> [EXERCISE PROMPT] Look through the data below and extract, unchanged, the lines from the one that contains "f 74 227 228" to the one that contains "f 112 113 244", both included.

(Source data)
..............................

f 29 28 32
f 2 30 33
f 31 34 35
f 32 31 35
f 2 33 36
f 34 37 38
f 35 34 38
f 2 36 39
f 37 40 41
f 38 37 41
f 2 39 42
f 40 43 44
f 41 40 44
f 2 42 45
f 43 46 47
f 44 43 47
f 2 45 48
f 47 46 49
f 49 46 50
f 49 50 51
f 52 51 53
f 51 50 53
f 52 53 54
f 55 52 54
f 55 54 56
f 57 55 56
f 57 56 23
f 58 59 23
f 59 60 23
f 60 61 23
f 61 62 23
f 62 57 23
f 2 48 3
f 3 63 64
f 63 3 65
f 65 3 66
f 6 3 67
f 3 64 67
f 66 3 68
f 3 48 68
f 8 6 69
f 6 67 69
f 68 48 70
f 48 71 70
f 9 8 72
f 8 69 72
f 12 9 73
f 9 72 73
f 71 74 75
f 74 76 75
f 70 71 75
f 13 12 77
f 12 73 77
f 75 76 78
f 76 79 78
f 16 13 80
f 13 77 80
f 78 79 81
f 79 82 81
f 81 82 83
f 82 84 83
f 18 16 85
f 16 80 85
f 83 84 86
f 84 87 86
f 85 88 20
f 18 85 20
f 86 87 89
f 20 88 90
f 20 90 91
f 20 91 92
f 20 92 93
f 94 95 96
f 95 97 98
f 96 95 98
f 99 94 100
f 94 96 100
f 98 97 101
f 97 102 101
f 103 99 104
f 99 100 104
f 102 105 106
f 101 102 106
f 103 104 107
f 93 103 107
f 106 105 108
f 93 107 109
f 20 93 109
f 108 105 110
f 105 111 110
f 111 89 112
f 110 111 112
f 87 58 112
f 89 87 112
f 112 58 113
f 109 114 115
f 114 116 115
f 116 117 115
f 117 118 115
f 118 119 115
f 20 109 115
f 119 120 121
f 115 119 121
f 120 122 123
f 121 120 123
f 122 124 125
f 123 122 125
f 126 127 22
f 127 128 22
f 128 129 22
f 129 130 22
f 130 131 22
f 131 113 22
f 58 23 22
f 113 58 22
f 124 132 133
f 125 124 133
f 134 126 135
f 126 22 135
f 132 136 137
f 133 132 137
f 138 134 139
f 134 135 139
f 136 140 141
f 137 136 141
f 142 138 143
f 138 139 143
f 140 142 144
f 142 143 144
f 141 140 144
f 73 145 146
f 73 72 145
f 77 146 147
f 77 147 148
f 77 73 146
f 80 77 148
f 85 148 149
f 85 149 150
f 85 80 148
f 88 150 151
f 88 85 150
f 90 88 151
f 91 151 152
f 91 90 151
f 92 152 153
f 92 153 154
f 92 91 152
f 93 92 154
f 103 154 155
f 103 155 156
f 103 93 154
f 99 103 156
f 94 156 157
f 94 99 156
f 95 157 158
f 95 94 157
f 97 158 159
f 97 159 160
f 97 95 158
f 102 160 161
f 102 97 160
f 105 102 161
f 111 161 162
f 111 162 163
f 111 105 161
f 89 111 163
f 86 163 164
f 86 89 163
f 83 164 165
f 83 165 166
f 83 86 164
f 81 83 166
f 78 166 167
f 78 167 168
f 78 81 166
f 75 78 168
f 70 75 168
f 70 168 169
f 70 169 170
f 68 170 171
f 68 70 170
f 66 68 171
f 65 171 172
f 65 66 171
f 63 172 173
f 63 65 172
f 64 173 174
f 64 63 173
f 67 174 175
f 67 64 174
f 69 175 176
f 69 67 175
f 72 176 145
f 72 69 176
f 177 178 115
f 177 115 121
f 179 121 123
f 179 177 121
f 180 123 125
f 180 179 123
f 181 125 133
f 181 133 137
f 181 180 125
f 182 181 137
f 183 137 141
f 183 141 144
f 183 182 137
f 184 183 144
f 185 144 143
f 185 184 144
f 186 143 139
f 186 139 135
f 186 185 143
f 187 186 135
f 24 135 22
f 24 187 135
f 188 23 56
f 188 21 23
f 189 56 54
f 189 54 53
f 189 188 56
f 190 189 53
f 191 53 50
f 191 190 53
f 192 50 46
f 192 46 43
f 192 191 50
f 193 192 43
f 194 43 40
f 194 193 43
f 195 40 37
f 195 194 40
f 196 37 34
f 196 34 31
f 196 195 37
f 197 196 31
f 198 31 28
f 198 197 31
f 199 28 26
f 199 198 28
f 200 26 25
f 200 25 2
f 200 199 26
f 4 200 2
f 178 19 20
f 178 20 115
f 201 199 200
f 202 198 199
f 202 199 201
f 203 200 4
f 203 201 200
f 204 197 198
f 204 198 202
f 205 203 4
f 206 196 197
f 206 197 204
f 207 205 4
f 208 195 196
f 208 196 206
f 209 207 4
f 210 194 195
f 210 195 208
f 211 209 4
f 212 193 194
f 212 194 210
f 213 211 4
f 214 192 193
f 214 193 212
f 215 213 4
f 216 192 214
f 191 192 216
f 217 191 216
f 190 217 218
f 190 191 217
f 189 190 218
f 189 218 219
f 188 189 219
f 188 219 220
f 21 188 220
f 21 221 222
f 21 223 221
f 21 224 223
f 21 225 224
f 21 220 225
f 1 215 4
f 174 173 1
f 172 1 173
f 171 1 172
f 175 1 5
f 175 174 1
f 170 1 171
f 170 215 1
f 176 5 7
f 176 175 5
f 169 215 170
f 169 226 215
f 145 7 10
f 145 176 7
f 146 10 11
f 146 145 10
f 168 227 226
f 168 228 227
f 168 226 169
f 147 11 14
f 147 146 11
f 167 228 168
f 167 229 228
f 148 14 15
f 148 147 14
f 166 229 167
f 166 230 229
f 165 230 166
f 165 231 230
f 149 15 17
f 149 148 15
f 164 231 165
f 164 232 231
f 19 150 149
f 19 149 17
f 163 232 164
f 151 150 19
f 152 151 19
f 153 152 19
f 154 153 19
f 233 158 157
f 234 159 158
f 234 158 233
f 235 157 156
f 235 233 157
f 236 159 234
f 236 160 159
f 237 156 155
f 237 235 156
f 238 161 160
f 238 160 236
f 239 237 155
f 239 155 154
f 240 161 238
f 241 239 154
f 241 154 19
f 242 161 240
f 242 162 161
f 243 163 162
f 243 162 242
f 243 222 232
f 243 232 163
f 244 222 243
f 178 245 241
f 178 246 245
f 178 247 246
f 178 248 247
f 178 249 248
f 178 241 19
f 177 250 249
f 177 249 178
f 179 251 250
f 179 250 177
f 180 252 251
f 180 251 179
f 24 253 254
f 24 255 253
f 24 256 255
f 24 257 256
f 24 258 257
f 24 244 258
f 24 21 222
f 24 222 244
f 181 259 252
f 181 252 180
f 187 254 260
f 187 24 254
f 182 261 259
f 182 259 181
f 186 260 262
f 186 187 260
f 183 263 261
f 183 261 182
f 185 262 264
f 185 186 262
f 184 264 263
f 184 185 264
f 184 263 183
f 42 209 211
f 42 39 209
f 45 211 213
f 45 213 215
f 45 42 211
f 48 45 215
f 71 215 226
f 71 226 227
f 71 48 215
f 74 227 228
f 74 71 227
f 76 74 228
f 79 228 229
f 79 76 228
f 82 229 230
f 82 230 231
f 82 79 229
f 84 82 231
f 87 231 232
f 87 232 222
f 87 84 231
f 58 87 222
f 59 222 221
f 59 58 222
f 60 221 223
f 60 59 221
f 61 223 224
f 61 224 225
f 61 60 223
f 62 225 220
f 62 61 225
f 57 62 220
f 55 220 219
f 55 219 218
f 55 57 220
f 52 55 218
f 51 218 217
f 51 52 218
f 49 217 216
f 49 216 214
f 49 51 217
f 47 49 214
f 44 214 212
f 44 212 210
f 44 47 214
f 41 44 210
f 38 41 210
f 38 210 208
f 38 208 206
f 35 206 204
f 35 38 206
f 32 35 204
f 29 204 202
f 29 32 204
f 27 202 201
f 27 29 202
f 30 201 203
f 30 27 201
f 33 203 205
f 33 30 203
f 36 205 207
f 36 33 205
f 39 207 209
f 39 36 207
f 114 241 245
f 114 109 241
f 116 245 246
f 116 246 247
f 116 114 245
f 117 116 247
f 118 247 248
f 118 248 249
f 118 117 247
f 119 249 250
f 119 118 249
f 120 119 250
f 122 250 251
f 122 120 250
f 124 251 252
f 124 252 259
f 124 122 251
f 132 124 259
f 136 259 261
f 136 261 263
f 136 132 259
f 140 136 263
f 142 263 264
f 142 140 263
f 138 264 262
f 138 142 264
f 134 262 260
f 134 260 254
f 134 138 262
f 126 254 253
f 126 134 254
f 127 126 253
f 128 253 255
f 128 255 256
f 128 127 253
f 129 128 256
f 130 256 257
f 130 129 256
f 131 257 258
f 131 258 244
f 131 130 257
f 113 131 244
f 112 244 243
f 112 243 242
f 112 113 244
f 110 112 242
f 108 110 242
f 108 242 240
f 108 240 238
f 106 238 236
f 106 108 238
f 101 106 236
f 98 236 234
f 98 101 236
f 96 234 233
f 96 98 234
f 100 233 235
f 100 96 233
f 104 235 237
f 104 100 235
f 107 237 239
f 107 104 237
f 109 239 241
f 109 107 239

..............................

> [ANSWER SECTION]
f 74 227 228
f 74 71 227
f 76 74 228
f 79 228 229
f 79 76 228
f 82 229 230
f 82 230 231
f 82 79 229
f 84 82 231
f 87 231 232
f 87 232 222
f 87 84 231
f 58 87 222
f 59 222 221
f 59 58 222
f 60 221 223
f 60 59 221
f 61 223 224
f 61 224 225
f 61 60 223
f 62 225 220
f 62 61 225
f 57 62 220
f 55 220 219
f 55 219 218
f 55 57 220
f 52 55 218
f 51 218 217
f 51 52 218
f 49 217 216
f 49 216 214
f 49 51 217
f 47 49 214
f 44 214 212
f 44 212 210
f 44 47 214
f 41 44 210
f 38 41 210
f 38 210 208
f 38 208 206
f 35 206 204
f 35 38 206
f 32 35 204
f 29 204 202
f 29 32 204
f 27 202 201
f 27 29 202
f 30 201 203
f 30 27 201
f 33 203 205
f 33 30 203
f 36 205 207
f 36 33 205
f 39 207 209
f 39 36 207
f 114 241 245
f 114 109 241
f 116 245 246
f 116 246 247
f 116 114 245
f 117 116 247
f 118 247 248
f 118 248 249
f 118 117 247
f 119 249 250
f 119 118 249
f 120 119 250
f 122 250 251
f 122 120 250
f 124 251 252
f 124 252 259
f 124 122 251
f 132 124 259
f 136 259 261
f 136 261 263
f 136 132 259
f 140 136 263
f 142 263 264
f 142 140 263
f 138 264 262
f 138 142 264
f 134 262 260
f 134 260 254
f 134 138 262
f 126 254 253
f 126 134 254
f 127 126 253
f 128 253 255
f 128 255 256
f 128 127 253
f 129 128 256
f 130 256 257
f 130 129 256
f 131 257 258
f 131 258 244
f 131 130 257
f 113 131 244
f 112 244 243
f 112 243 242
f 112 113 244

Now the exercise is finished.